● **Stored items**
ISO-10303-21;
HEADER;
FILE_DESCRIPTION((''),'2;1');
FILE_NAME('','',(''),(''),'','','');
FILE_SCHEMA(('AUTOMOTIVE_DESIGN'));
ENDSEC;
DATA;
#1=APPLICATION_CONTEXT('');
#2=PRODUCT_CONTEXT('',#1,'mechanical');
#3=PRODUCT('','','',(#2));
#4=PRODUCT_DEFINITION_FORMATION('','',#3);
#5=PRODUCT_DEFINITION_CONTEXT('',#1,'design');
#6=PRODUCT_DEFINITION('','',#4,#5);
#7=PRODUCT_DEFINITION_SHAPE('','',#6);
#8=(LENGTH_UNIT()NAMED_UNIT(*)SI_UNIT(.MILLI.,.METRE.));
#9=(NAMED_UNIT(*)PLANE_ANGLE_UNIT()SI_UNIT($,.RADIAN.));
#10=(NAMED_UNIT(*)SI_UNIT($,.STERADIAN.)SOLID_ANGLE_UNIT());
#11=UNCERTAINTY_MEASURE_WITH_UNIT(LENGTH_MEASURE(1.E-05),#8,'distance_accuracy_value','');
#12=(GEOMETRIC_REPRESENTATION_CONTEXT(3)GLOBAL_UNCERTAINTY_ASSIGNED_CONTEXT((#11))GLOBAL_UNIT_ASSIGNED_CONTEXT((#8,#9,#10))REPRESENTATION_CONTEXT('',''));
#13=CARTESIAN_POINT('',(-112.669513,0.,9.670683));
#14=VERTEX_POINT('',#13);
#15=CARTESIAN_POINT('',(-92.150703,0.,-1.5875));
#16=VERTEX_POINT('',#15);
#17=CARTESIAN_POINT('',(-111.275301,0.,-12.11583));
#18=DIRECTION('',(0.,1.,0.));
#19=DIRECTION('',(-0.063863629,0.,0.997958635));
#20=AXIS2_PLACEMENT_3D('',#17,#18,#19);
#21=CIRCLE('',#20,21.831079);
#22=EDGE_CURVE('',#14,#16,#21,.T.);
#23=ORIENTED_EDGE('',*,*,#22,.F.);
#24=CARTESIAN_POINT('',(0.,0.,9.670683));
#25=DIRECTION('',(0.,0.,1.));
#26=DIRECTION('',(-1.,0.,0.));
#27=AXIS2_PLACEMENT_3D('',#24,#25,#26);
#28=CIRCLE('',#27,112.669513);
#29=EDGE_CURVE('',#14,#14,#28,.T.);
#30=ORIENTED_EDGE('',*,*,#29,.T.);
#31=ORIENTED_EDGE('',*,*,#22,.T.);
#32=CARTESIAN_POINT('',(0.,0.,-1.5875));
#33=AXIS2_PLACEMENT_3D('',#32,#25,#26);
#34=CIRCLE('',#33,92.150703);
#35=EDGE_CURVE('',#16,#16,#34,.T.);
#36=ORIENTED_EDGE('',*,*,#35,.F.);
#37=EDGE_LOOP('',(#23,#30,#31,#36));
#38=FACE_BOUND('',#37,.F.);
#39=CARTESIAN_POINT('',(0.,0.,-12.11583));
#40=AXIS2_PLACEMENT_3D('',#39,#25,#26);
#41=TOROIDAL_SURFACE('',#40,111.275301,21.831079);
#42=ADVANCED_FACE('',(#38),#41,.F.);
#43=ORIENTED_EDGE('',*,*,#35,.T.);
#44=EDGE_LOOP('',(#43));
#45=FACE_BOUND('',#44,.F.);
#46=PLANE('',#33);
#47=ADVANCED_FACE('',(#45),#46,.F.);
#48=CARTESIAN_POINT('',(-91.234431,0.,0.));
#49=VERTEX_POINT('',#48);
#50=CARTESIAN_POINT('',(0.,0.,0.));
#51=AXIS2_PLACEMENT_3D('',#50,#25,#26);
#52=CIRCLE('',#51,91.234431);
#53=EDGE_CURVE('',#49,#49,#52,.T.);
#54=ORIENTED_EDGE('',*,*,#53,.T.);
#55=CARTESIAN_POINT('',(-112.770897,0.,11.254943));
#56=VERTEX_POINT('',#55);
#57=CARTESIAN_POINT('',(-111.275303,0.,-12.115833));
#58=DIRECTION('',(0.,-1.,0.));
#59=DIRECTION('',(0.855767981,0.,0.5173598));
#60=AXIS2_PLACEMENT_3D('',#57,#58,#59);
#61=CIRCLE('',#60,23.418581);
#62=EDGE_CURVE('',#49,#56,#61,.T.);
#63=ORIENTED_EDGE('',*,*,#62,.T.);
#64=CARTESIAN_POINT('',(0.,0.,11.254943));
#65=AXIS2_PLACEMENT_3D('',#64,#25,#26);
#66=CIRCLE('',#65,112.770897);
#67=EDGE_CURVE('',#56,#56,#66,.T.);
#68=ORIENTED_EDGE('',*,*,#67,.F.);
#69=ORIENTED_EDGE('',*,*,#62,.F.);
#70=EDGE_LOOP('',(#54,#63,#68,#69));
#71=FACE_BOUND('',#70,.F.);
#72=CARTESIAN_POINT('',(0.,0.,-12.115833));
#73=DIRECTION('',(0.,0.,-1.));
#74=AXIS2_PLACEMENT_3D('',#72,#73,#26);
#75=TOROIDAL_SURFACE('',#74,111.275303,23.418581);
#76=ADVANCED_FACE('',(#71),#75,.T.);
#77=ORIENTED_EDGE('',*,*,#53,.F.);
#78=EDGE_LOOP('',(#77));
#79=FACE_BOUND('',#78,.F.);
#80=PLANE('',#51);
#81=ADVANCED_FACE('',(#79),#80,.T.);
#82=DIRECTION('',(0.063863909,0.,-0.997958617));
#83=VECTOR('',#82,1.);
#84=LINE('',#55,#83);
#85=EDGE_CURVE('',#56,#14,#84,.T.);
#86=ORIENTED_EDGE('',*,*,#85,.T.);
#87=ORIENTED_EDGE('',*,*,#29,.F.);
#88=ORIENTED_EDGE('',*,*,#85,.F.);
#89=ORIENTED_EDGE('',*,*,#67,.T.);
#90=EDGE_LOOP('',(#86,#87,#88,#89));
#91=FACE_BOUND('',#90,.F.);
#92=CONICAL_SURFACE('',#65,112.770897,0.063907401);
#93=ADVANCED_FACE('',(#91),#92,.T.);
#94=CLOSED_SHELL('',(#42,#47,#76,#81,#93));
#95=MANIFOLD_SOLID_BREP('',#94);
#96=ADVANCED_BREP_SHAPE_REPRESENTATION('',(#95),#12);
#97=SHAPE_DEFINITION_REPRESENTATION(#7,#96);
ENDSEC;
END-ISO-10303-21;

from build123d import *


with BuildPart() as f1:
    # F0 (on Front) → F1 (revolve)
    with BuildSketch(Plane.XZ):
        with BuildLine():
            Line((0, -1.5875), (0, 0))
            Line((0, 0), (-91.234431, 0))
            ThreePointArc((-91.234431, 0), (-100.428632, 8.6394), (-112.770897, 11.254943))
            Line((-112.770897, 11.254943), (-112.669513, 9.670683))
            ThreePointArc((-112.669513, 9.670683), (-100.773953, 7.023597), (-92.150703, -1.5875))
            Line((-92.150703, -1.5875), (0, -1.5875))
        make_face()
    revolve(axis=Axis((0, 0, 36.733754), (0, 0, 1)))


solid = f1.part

● **PROBLEM STATEMENT**
All that is wanted is an exact copy of the lines above from the one with "#84=LINE('',#55,#83);" through the one with "#95=MANIFOLD_SOLID_BREP('',#94);", with both ends included.

● **RESULT**
#84=LINE('',#55,#83);
#85=EDGE_CURVE('',#56,#14,#84,.T.);
#86=ORIENTED_EDGE('',*,*,#85,.T.);
#87=ORIENTED_EDGE('',*,*,#29,.F.);
#88=ORIENTED_EDGE('',*,*,#85,.F.);
#89=ORIENTED_EDGE('',*,*,#67,.T.);
#90=EDGE_LOOP('',(#86,#87,#88,#89));
#91=FACE_BOUND('',#90,.F.);
#92=CONICAL_SURFACE('',#65,112.770897,0.063907401);
#93=ADVANCED_FACE('',(#91),#92,.T.);
#94=CLOSED_SHELL('',(#42,#47,#76,#81,#93));
#95=MANIFOLD_SOLID_BREP('',#94);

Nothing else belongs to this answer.